#### RECORDS:
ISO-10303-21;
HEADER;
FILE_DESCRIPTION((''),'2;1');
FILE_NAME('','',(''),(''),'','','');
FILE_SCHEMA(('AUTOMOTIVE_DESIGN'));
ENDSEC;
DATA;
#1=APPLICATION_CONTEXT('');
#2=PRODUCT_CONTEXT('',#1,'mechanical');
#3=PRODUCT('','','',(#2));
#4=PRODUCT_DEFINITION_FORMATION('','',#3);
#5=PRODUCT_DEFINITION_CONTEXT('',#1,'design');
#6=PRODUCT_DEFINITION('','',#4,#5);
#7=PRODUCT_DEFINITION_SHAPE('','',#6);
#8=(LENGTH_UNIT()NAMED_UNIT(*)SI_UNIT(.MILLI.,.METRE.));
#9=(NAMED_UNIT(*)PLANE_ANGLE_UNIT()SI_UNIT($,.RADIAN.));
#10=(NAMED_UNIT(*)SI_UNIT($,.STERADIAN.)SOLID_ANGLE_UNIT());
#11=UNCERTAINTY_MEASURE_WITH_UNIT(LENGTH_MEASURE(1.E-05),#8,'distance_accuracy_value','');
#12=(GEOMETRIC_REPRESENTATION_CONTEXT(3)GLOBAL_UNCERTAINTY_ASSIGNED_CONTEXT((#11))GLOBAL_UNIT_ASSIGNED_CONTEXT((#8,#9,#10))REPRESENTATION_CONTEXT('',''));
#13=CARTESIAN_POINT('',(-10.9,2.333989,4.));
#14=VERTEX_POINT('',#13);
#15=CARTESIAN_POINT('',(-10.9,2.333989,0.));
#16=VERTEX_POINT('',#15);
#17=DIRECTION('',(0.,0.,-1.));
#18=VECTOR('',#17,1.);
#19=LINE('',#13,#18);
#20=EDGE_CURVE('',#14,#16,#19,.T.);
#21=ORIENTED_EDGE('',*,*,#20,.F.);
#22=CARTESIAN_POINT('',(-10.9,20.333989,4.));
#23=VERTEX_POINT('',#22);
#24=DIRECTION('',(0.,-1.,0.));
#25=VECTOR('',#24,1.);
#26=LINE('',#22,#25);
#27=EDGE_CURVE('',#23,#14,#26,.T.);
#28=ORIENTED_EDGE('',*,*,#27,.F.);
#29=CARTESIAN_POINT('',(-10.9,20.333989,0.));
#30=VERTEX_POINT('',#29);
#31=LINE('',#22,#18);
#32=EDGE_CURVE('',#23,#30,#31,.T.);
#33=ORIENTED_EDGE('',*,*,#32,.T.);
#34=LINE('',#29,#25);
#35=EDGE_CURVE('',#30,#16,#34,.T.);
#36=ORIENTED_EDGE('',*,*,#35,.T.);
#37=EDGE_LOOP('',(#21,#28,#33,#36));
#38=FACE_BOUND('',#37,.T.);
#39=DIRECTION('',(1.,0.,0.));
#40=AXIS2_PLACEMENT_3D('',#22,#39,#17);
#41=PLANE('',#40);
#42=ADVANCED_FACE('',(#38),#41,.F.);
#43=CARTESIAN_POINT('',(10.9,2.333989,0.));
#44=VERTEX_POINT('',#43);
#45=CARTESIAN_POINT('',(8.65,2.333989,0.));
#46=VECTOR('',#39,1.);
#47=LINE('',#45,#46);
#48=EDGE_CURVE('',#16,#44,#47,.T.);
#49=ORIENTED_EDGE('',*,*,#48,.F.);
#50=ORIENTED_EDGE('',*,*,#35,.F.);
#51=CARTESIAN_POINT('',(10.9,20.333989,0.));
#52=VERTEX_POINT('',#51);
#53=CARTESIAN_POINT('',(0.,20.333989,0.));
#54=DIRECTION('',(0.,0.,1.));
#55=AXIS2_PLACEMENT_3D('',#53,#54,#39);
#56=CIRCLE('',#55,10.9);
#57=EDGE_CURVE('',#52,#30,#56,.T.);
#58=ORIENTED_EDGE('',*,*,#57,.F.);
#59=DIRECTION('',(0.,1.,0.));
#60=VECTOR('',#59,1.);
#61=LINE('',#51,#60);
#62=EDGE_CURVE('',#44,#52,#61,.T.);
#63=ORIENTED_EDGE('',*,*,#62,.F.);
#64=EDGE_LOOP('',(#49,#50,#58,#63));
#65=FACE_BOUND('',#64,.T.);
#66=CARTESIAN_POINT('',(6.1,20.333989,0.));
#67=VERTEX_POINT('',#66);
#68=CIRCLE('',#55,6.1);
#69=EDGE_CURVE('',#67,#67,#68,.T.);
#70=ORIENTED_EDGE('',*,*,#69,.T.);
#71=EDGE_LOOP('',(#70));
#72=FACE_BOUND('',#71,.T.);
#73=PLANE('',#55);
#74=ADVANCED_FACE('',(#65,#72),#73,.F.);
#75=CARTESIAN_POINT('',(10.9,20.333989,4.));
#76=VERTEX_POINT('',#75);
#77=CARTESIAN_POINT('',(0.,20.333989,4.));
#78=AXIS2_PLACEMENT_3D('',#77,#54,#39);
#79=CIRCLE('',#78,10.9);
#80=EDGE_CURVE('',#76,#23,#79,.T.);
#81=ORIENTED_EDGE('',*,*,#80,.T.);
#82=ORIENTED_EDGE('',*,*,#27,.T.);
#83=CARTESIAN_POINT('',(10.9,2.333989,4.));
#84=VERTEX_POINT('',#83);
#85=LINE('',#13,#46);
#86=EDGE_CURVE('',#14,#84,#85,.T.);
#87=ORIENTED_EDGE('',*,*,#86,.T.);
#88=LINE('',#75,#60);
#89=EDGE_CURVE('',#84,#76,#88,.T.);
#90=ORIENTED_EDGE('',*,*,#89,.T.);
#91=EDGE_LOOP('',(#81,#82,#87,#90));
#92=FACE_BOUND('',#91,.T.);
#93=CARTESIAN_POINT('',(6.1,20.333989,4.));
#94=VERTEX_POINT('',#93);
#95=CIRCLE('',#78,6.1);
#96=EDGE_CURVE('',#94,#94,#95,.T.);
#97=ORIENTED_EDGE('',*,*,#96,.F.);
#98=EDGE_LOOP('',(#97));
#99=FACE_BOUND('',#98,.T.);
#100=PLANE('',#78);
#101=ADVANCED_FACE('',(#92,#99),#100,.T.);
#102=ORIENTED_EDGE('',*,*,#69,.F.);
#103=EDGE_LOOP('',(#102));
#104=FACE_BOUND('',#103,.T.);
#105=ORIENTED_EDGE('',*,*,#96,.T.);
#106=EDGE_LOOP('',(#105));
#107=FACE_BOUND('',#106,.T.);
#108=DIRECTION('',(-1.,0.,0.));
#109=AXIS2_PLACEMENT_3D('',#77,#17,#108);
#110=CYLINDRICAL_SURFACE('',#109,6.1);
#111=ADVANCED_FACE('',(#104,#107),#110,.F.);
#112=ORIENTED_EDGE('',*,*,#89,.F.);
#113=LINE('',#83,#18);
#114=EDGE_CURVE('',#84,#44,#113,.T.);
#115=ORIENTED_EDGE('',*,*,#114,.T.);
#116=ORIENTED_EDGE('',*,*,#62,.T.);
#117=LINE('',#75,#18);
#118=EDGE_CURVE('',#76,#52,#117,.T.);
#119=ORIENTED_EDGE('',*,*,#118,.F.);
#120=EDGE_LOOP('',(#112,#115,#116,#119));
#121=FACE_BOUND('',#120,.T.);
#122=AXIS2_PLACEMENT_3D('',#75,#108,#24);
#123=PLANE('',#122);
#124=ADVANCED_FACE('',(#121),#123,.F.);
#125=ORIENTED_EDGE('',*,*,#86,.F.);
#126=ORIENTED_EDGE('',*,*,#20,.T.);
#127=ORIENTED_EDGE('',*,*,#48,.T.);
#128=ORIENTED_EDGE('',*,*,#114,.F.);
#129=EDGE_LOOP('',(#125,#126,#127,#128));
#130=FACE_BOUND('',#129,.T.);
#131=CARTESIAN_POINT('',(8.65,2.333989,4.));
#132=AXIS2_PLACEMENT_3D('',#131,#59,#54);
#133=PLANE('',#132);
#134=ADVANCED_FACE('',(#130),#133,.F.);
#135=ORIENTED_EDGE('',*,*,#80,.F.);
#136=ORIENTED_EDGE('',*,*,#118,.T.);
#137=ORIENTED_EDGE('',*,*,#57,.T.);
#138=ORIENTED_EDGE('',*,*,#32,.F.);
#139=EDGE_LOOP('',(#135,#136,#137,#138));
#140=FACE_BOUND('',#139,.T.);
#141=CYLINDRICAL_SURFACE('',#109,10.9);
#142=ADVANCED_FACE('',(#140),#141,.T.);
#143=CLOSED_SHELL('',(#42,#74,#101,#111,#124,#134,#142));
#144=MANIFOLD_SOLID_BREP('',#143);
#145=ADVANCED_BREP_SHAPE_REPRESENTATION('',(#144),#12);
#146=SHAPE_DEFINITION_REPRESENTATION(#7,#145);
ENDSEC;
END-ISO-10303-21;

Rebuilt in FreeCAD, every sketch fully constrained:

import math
import FreeCAD as App
import Part
import Sketcher

V = App.Vector
Q = App.Units.Quantity

doc = App.newDocument("Part")
body = doc.addObject("PartDesign::Body", "Body")

# Sketch on XY plane
sketch1 = body.newObject("Sketcher::SketchObject", "Sketch")
sketch1.AttachmentSupport = (doc.getObject("XY_Plane"), [""])
sketch1.MapMode = "FlatFace"
sketch1.addGeometry([
    Part.LineSegment(V(-10.9, 20.333989, 0), V(-10.9, 2.333989, 0)),  # 0
    Part.LineSegment(V(-10.9, 2.333989, 0), V(10.9, 2.333989, 0)),  # 1
    Part.LineSegment(V(10.9, 2.333989, 0), V(10.9, 20.333989, 0)),  # 2
    Part.ArcOfCircle(Part.Circle(V(0, 20.333989, 0), V(0, 0, 1), 10.9), math.radians(0), math.radians(180)),  # 3
    Part.Circle(V(0, 20.333989, 0), V(0, 0, 1), 6.1),  # 4
], False)
sketch1.addConstraint([
    Sketcher.Constraint("Coincident", 0, 2, 1, 1),
    Sketcher.Constraint("Coincident", 1, 2, 2, 1),
    Sketcher.Constraint("Tangent", 2, 2, 3, 1),
    Sketcher.Constraint("Tangent", 3, 2, 0, 1),
    Sketcher.Constraint("Vertical", 0),
    Sketcher.Constraint("Horizontal", 1),
    Sketcher.Constraint("Vertical", 2),
    Sketcher.Constraint("Coincident", 4, 3, 3, 3),
    Sketcher.Constraint("PointOnObject", 3, 3, -2),
    Sketcher.Constraint("Diameter", 4, Q("12.2 mm")),
    Sketcher.Constraint("Radius", 3, Q("10.9 mm")),
    Sketcher.Constraint("DistanceY", 0, 2, 0, 1, Q("18 mm")),
    Sketcher.Constraint("DistanceY", -1, 1, 3, 3, Q("20.333989 mm")),
])
pad1 = body.newObject("PartDesign::Pad", "Pad")
pad1.Profile = sketch1
pad1.Length = 4

doc.recompute()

#### HOW TO COMPLETE THIS TASK:
Find where the line with "#49=ORIENTED_EDGE('',*,*,#48,.F.);" sits in the material above, then copy exactly from it through the line with "#102=ORIENTED_EDGE('',*,*,#69,.F.);". Add no other line.

#### RESPONSE TO THIS EXERCISE:
#49=ORIENTED_EDGE('',*,*,#48,.F.);
#50=ORIENTED_EDGE('',*,*,#35,.F.);
#51=CARTESIAN_POINT('',(10.9,20.333989,0.));
#52=VERTEX_POINT('',#51);
#53=CARTESIAN_POINT('',(0.,20.333989,0.));
#54=DIRECTION('',(0.,0.,1.));
#55=AXIS2_PLACEMENT_3D('',#53,#54,#39);
#56=CIRCLE('',#55,10.9);
#57=EDGE_CURVE('',#52,#30,#56,.T.);
#58=ORIENTED_EDGE('',*,*,#57,.F.);
#59=DIRECTION('',(0.,1.,0.));
#60=VECTOR('',#59,1.);
#61=LINE('',#51,#60);
#62=EDGE_CURVE('',#44,#52,#61,.T.);
#63=ORIENTED_EDGE('',*,*,#62,.F.);
#64=EDGE_LOOP('',(#49,#50,#58,#63));
#65=FACE_BOUND('',#64,.T.);
#66=CARTESIAN_POINT('',(6.1,20.333989,0.));
#67=VERTEX_POINT('',#66);
#68=CIRCLE('',#55,6.1);
#69=EDGE_CURVE('',#67,#67,#68,.T.);
#70=ORIENTED_EDGE('',*,*,#69,.T.);
#71=EDGE_LOOP('',(#70));
#72=FACE_BOUND('',#71,.T.);
#73=PLANE('',#55);
#74=ADVANCED_FACE('',(#65,#72),#73,.F.);
#75=CARTESIAN_POINT('',(10.9,20.333989,4.));
#76=VERTEX_POINT('',#75);
#77=CARTESIAN_POINT('',(0.,20.333989,4.));
#78=AXIS2_PLACEMENT_3D('',#77,#54,#39);
#79=CIRCLE('',#78,10.9);
#80=EDGE_CURVE('',#76,#23,#79,.T.);
#81=ORIENTED_EDGE('',*,*,#80,.T.);
#82=ORIENTED_EDGE('',*,*,#27,.T.);
#83=CARTESIAN_POINT('',(10.9,2.333989,4.));
#84=VERTEX_POINT('',#83);
#85=LINE('',#13,#46);
#86=EDGE_CURVE('',#14,#84,#85,.T.);
#87=ORIENTED_EDGE('',*,*,#86,.T.);
#88=LINE('',#75,#60);
#89=EDGE_CURVE('',#84,#76,#88,.T.);
#90=ORIENTED_EDGE('',*,*,#89,.T.);
#91=EDGE_LOOP('',(#81,#82,#87,#90));
#92=FACE_BOUND('',#91,.T.);
#93=CARTESIAN_POINT('',(6.1,20.333989,4.));
#94=VERTEX_POINT('',#93);
#95=CIRCLE('',#78,6.1);
#96=EDGE_CURVE('',#94,#94,#95,.T.);
#97=ORIENTED_EDGE('',*,*,#96,.F.);
#98=EDGE_LOOP('',(#97));
#99=FACE_BOUND('',#98,.T.);
#100=PLANE('',#78);
#101=ADVANCED_FACE('',(#92,#99),#100,.T.);
#102=ORIENTED_EDGE('',*,*,#69,.F.);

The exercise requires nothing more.